This lesson is being piloted (Beta version)
If you teach this lesson, please tell the authors and provide feedback by opening an issue in the source repository

Metagenomics Workshop Overview: Data

Features of the dataset

The dataset in Zenodo contains two files: Three samples from Cuatro Ciénegas sediments with their corresponding taxonomic assignation files.
MGRAST_MetaData_JP.xlsx Metadata about our three Cuatro Cienegas samples accepted by MGRAST

The contains the following files. A tree structure showind directories and files                                                   contained in the compressed file

The directories are: hidden, data, mags and taxonomy.

Directory hidden

hidden contains a hidden file that will be used in the lesson Introduction to the Command Line for Metagenomics episode 03 Navigating Files and Directories when learners will discover how to find hidden files.

Directory data

data contains four fastq files from two samples: JC1A and JP4D. These files are the inputs of FastQC tool in the lesson Data Processing and Visualization for Metagenomics next episodes two and three Assessing Read Quality and Trimming and Filtering. In these episodes learners will remove bad quality nucleotides and prepare files for assembly and taxonomic assignation.

Directory mags

mags contains the assembly of the JP4D sample.

Directory taxonomy

Since Kraken2 won’t be run in the lesson, this directory contains taxonomic assignment obtained by running Kraken2 on the trimmed reads.
From these files users can obtained biom files that will be the input for the R analysis and visualization of abundance.

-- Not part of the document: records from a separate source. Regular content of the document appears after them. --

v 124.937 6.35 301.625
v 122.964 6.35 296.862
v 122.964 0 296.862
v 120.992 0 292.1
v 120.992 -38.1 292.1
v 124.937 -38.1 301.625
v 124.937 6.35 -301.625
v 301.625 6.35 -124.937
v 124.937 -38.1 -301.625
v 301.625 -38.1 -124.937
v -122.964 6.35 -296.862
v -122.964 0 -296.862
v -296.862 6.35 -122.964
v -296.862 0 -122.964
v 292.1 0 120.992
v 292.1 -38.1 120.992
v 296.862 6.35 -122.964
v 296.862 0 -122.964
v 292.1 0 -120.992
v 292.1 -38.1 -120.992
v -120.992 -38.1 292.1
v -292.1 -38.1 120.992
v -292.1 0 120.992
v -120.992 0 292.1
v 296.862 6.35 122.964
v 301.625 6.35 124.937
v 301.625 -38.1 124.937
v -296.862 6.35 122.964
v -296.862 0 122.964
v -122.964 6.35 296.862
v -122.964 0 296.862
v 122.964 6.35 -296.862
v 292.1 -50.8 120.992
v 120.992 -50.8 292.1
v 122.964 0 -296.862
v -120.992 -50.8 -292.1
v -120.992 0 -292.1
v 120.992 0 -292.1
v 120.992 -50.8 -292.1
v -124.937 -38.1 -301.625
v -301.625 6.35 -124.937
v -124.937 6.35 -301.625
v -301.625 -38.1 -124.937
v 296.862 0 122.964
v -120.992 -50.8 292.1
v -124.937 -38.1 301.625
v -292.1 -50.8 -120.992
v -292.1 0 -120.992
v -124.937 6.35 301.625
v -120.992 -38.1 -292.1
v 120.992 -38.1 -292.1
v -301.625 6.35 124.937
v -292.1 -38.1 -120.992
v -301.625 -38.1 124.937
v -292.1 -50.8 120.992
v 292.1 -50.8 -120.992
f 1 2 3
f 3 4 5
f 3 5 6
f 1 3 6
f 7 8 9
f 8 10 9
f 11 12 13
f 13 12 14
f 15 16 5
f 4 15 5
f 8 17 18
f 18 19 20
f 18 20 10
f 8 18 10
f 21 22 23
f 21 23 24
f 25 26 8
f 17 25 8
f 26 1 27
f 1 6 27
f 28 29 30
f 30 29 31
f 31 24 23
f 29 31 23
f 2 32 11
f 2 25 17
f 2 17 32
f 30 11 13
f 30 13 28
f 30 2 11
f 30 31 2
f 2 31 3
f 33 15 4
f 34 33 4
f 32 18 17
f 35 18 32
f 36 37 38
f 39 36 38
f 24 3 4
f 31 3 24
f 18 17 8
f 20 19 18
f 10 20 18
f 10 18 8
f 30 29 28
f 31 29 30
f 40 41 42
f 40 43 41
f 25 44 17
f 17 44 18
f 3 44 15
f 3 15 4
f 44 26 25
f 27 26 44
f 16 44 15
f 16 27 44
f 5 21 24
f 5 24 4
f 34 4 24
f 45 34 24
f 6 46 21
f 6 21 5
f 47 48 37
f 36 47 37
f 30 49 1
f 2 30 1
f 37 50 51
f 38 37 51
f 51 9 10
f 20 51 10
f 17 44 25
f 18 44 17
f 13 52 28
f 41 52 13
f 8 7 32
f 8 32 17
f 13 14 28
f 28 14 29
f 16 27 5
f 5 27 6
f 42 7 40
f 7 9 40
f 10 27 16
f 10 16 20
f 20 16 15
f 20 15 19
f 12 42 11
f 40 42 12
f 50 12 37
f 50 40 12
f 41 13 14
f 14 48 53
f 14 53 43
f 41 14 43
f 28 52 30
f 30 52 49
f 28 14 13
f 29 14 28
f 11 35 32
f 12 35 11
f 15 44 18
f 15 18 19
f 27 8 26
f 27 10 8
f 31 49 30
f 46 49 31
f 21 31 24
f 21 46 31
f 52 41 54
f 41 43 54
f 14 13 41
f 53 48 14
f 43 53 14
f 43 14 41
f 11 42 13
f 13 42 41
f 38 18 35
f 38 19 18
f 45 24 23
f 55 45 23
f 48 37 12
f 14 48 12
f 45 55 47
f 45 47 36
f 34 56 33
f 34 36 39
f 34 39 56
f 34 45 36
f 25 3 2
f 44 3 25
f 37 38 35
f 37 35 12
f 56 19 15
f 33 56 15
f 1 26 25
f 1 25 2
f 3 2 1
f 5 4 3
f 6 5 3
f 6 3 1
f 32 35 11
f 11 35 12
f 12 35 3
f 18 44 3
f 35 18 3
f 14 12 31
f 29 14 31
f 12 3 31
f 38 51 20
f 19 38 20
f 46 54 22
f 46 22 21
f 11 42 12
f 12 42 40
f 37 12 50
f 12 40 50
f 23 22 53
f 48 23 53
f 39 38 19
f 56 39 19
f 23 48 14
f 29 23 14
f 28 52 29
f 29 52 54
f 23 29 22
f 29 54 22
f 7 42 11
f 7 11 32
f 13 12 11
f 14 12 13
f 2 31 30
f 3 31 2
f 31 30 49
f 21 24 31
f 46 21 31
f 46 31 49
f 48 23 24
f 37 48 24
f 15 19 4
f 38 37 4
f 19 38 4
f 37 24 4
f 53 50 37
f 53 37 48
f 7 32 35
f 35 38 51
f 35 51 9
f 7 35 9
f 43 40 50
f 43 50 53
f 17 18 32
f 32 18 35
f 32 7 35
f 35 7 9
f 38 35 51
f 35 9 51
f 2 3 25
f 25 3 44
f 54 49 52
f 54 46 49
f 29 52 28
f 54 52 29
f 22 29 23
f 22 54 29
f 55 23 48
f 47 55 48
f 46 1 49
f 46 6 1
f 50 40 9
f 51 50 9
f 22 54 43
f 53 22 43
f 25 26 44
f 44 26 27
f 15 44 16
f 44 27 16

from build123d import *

# Parameters (mm, degrees)
F2_DEPTH      = 50.8
F5_DEPTH      = 38.1
F5_DEPTH_BACK = 6.35
F14_DEPTH     = 6.35


# Not quite as in the source:
# - a variable given as a bare number and used for a length is read in inches; the dataset says mm whatever the document's units were
# - a length typed as a fraction of an inch, garbled in the dataset ("3 / 203.2 mm" for 3/8 in), is restored


with BuildPart() as f2:
    # F1 (on Front) → F2 (new body)
    with BuildSketch(Plane.XZ):
        Polygon((292.0999999997, -120.9917815691), (292.0999999997, 120.9917815691), (120.9917815691, 292.0999999997), (-120.9917815691, 292.0999999997), (-292.0999999997, 120.9917815691), (-292.0999999997, -120.9917815691), (-120.9917815691, -292.0999999997), (120.9917815691, -292.0999999997), align=None)
    extrude(amount=F2_DEPTH)


with BuildPart() as f5:
    # F4 (on Front) → F5 (new body, two sides)
    with BuildSketch(Plane.XZ) as f5_sk:
        Polygon((124.9371657507, 301.6249999997), (-124.9371657507, 301.6249999997), (-120.9917815691, 292.0999999997), (120.9917815691, 292.0999999997), align=None)
    extrude(amount=F5_DEPTH)
    extrude(f5_sk.sketch, amount=-F5_DEPTH_BACK)


with BuildPart() as f6_1:
    # F6: instance of F5
    add(f5.part.mirror(Plane.XY))


with BuildPart() as f7_1:
    # F7: instance of F5
    add(f5.part.mirror(Plane(origin=(122.9644736599, -15.875, 296.8624999997), x_dir=(0, 1, 0), z_dir=(0.9238795325, 0, -0.3826834324))))


with BuildPart() as f8_1:
    # F8: instance of F7_1
    add(f7_1.part.mirror(Plane(origin=(296.8624999997, -15.875, 122.9644736599), x_dir=(1, 0, 0), z_dir=(0.3826834324, 0, -0.9238795325))))


with BuildPart() as f9_1:
    # F9: instance of F8_1
    add(f8_1.part.mirror(Plane(origin=(296.8624999997, -15.875, -122.9644736599), x_dir=(1, 0, 0), z_dir=(-0.3826834324, 0, -0.9238795325))))


with BuildPart() as f10_1:
    # F10: instance of F6_1
    add(f6_1.part.mirror(Plane(origin=(-122.9644736599, -15.875, -296.8624999997), x_dir=(0, -1, 0), z_dir=(-0.9238795325, 0, 0.3826834324))))


with BuildPart() as f11_1:
    # F11: instance of F10_1
    add(f10_1.part.mirror(Plane(origin=(-296.8624999997, -15.875, -122.9644736599), x_dir=(1, 0, 0), z_dir=(-0.3826834324, 0, 0.9238795325))))


with BuildPart() as f12_1:
    # F12: instance of F11_1
    add(f11_1.part.mirror(Plane(origin=(-296.8624999997, -15.875, 122.9644736599), x_dir=(1, 0, 0), z_dir=(0.3826834324, 0, 0.9238795325))))


with BuildPart() as f14:
    # F13 (on face) → F14 (new body)
    with BuildSketch(Plane(origin=(0, 0, 0), x_dir=(-1, 0, 0), z_dir=(0, 1, 0))):
        Polygon((-122.9644736599, -296.8624999997), (122.9644736599, -296.8624999997), (296.8624999997, -122.9644736599), (296.8624999997, 122.9644736599), (122.9644736599, 296.8624999997), (-122.9644736599, 296.8624999997), (-296.8624999997, 122.9644736599), (-296.8624999997, -122.9644736599), align=None)
    extrude(amount=F14_DEPTH)


with BuildPart() as f5_1:
    add(f5.part)

    # F15: cut F14
    add(f14.part, mode=Mode.SUBTRACT)


with BuildPart() as f6_1_1:
    add(f6_1.part)

    # F15: cut F14
    add(f14.part, mode=Mode.SUBTRACT)


with BuildPart() as f7_1_1:
    add(f7_1.part)

    # F15: cut F14
    add(f14.part, mode=Mode.SUBTRACT)


with BuildPart() as f8_1_1:
    add(f8_1.part)

    # F15: cut F14
    add(f14.part, mode=Mode.SUBTRACT)


with BuildPart() as f9_1_1:
    add(f9_1.part)

    # F15: cut F14
    add(f14.part, mode=Mode.SUBTRACT)


with BuildPart() as f10_1_1:
    add(f10_1.part)

    # F15: cut F14
    add(f14.part, mode=Mode.SUBTRACT)


with BuildPart() as f11_1_1:
    add(f11_1.part)

    # F15: cut F14
    add(f14.part, mode=Mode.SUBTRACT)


with BuildPart() as f12_1_1:
    add(f12_1.part)

    # F15: cut F14
    add(f14.part, mode=Mode.SUBTRACT)


solid = Compound([f2.part, f14.part, f5_1.part, f6_1_1.part, f7_1_1.part, f8_1_1.part, f9_1_1.part, f10_1_1.part, f11_1_1.part, f12_1_1.part])
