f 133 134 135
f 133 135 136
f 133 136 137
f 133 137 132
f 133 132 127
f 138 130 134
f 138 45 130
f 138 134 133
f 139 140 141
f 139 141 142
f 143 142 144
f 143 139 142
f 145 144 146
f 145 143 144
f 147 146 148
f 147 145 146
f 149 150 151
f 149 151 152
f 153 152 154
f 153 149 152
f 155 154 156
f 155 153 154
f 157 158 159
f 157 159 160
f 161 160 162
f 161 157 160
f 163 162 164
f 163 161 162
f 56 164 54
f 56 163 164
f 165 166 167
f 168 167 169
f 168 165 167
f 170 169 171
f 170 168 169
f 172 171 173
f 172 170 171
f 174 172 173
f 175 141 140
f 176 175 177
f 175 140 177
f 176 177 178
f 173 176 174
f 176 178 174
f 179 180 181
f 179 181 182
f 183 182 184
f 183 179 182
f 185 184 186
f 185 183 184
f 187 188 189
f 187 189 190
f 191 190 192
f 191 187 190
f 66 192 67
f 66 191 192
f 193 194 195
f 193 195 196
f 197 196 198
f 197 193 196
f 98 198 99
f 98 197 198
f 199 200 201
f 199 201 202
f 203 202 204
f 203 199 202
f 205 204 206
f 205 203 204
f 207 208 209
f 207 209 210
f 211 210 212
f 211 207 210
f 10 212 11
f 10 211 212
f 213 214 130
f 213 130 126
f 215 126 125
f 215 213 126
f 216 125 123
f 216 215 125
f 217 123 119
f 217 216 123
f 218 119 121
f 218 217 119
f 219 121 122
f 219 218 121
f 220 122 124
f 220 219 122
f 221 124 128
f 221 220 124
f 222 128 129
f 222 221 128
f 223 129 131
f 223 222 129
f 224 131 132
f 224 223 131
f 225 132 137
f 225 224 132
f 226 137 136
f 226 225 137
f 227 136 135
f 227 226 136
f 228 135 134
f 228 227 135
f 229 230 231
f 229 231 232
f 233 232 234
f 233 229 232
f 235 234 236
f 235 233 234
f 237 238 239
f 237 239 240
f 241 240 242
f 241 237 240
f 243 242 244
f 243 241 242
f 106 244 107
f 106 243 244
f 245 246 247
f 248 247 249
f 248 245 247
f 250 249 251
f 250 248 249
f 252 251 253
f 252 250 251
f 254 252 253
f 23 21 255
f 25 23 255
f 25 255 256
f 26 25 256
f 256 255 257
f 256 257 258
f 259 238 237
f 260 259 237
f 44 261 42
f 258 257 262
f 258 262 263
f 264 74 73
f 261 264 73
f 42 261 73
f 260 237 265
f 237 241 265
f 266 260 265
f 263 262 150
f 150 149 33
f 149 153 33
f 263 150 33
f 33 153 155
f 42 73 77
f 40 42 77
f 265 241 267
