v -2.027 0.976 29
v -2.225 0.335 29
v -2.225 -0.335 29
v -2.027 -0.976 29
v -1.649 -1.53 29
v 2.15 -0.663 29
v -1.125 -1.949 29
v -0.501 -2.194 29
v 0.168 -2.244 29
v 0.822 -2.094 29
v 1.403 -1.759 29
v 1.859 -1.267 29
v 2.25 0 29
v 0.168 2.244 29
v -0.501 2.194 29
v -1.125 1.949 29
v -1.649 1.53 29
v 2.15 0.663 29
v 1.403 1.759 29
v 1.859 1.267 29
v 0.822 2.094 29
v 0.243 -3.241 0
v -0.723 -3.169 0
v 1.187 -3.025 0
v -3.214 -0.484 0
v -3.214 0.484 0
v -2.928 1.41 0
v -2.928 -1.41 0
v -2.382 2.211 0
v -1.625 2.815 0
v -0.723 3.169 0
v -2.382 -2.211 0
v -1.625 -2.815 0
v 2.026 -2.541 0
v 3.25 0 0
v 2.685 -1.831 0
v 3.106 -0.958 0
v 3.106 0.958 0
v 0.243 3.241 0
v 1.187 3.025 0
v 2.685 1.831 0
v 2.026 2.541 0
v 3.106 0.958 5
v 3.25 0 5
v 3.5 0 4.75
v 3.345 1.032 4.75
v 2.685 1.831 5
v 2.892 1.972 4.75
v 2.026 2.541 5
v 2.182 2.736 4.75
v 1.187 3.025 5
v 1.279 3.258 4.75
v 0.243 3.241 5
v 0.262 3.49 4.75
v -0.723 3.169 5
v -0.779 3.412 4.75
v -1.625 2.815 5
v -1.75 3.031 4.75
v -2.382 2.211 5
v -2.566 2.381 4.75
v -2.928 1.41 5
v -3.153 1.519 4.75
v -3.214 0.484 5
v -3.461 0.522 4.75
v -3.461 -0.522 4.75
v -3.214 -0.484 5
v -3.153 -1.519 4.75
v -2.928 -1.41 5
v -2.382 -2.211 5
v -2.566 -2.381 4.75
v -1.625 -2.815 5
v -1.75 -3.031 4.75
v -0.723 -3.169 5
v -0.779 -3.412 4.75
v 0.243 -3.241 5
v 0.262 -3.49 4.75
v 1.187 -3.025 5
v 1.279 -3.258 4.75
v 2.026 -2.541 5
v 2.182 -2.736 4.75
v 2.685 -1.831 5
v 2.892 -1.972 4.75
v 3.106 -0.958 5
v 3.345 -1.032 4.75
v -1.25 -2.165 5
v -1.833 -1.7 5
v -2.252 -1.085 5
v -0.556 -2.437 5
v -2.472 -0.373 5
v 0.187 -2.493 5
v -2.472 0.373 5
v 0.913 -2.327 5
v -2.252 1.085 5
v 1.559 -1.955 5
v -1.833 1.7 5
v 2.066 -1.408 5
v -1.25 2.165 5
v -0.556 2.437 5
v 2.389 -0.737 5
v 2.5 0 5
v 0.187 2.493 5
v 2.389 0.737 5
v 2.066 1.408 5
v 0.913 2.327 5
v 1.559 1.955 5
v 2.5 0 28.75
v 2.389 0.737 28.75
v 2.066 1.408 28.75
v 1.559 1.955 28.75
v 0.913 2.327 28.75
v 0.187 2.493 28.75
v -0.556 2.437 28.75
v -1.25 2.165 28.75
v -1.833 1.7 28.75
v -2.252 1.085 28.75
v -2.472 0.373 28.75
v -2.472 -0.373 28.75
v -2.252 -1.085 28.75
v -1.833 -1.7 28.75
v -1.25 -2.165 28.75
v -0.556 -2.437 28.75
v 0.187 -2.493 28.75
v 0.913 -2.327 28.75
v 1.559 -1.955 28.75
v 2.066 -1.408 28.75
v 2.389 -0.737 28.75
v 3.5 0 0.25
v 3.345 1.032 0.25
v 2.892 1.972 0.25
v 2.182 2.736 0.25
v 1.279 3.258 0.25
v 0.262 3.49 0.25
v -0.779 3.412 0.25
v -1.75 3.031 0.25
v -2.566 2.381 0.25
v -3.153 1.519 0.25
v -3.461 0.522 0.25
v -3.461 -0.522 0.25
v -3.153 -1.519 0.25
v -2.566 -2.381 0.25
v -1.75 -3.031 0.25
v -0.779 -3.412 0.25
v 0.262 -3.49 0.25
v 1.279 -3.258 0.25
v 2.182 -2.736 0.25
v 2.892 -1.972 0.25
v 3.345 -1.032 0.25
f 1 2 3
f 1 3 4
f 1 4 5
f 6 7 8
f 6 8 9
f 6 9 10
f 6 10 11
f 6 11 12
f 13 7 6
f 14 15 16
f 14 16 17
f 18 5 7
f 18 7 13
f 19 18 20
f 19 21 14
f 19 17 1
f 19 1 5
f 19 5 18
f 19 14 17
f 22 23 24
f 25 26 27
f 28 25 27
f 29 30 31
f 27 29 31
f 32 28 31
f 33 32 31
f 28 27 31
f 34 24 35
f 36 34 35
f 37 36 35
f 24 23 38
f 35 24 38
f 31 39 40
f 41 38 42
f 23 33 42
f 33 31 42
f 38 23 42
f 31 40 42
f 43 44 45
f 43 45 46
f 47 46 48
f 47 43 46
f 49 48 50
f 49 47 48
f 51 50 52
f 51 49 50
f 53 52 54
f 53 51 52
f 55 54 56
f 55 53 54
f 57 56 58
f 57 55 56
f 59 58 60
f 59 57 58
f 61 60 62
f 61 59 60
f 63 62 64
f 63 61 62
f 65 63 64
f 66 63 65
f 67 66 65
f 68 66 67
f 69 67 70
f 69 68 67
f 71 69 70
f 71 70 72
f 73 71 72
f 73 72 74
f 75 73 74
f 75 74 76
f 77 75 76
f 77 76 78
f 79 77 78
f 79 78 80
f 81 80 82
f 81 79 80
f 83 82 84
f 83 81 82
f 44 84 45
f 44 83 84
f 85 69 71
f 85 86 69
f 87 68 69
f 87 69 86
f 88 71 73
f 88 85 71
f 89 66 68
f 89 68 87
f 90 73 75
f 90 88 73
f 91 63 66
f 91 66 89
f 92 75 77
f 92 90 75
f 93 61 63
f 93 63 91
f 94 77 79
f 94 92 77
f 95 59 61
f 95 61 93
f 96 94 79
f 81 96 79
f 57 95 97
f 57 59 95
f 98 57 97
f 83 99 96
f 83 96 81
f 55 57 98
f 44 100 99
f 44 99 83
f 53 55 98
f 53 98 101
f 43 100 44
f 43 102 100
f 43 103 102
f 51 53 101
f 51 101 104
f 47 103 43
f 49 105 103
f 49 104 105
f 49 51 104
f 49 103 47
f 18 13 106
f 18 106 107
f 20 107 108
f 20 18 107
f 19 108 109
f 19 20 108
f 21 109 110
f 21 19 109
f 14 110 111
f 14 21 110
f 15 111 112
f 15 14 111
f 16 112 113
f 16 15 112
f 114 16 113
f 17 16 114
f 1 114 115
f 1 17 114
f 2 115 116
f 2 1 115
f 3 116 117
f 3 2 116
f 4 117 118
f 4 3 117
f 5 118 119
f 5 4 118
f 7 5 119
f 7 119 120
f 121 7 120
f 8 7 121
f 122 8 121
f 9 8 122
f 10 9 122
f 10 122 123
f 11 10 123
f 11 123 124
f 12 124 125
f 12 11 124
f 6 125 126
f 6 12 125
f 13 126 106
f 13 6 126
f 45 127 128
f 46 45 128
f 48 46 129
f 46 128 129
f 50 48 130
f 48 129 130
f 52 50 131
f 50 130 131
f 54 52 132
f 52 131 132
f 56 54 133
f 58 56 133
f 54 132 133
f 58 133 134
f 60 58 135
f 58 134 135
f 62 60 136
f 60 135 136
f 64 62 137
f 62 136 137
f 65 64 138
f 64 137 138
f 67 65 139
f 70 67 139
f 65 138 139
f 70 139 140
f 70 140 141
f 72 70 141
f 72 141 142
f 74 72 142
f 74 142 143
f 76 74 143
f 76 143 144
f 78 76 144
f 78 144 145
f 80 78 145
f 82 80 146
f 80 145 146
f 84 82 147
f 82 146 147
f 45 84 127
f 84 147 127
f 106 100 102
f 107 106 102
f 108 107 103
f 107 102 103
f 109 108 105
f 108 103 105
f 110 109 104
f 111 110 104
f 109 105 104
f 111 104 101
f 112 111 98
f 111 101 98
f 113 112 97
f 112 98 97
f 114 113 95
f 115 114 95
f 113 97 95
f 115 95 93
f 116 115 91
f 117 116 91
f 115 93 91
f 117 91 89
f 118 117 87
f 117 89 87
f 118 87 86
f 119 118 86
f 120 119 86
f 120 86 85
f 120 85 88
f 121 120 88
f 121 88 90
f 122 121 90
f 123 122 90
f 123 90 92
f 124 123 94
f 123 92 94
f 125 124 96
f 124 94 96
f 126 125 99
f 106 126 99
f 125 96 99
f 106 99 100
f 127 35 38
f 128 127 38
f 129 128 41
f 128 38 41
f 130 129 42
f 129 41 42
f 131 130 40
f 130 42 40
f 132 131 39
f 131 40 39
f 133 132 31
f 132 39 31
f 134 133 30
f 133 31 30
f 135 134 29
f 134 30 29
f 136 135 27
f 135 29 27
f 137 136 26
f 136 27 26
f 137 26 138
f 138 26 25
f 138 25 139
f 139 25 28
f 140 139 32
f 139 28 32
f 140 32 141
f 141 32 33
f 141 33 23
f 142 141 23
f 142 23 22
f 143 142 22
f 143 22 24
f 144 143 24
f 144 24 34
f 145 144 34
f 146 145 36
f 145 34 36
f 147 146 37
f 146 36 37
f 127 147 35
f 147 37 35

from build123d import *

# Parameters (mm, degrees)
SCHIZZO1_R                   = 3.5
ESTRUSIONE_ESTRUSIONE1_DEPTH = 5
SCHIZZO2_R                   = 2.5
ESTRUSIONE_ESTRUSIONE2_DEPTH = 24
SMUSSO1_SIZE                 = 0.25


with BuildPart() as part:
    # Schizzo1 → Estrusione-Estrusione1 (new body)
    with BuildSketch(Plane.XY):
        Circle(SCHIZZO1_R)
    extrude(amount=ESTRUSIONE_ESTRUSIONE1_DEPTH)

    # Schizzo2 → Estrusione-Estrusione2 (add)
    with BuildSketch(Plane.XY.offset(5)):
        Circle(SCHIZZO2_R)
    extrude(amount=ESTRUSIONE_ESTRUSIONE2_DEPTH)

    # Smusso1
    smusso1_edges = [part.edges().sort_by_distance(p)[0] for p in [
        (-3.5, 0, 0),
        (-3.5, 0, 5),
        (-2.5, 0, 29),
    ]]
    chamfer(smusso1_edges, length=SMUSSO1_SIZE)


solid = part.part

Finally, it contains a subdirectory with the taxonomic assignment of the first bin from sample JP4D.

Introduction to the dataset


This workshop uses data from enviromental experiment: Genomic adaptations in information processing underpin trophic strategy in a whole-ecosystem nutrient enrichment experiment, by Jordan G Okie et al. 2020 In this research, authors compared the differences between the microbial community in its natural, oligotrophic, phosphorus-deficient environment, a pond from the Cuatro Ciénegas Basin (CCB), and the same microbial community under a fertilization treatment.

All of the data used in this workshop can be downloaded from DOI


Okie, J. G., Poret-Peterson, A. T., Lee, Z. M. P., Richter, A., Alcaraz, L. D., Eguiarte, L. E., Siefert, J. L., Souza, V., Dupont, C. L., & Elser, J. J. (2020). Genomic adaptations in information processing underpin trophic strategy in a whole-ecosystem nutrient enrichment experiment. ELife, 9.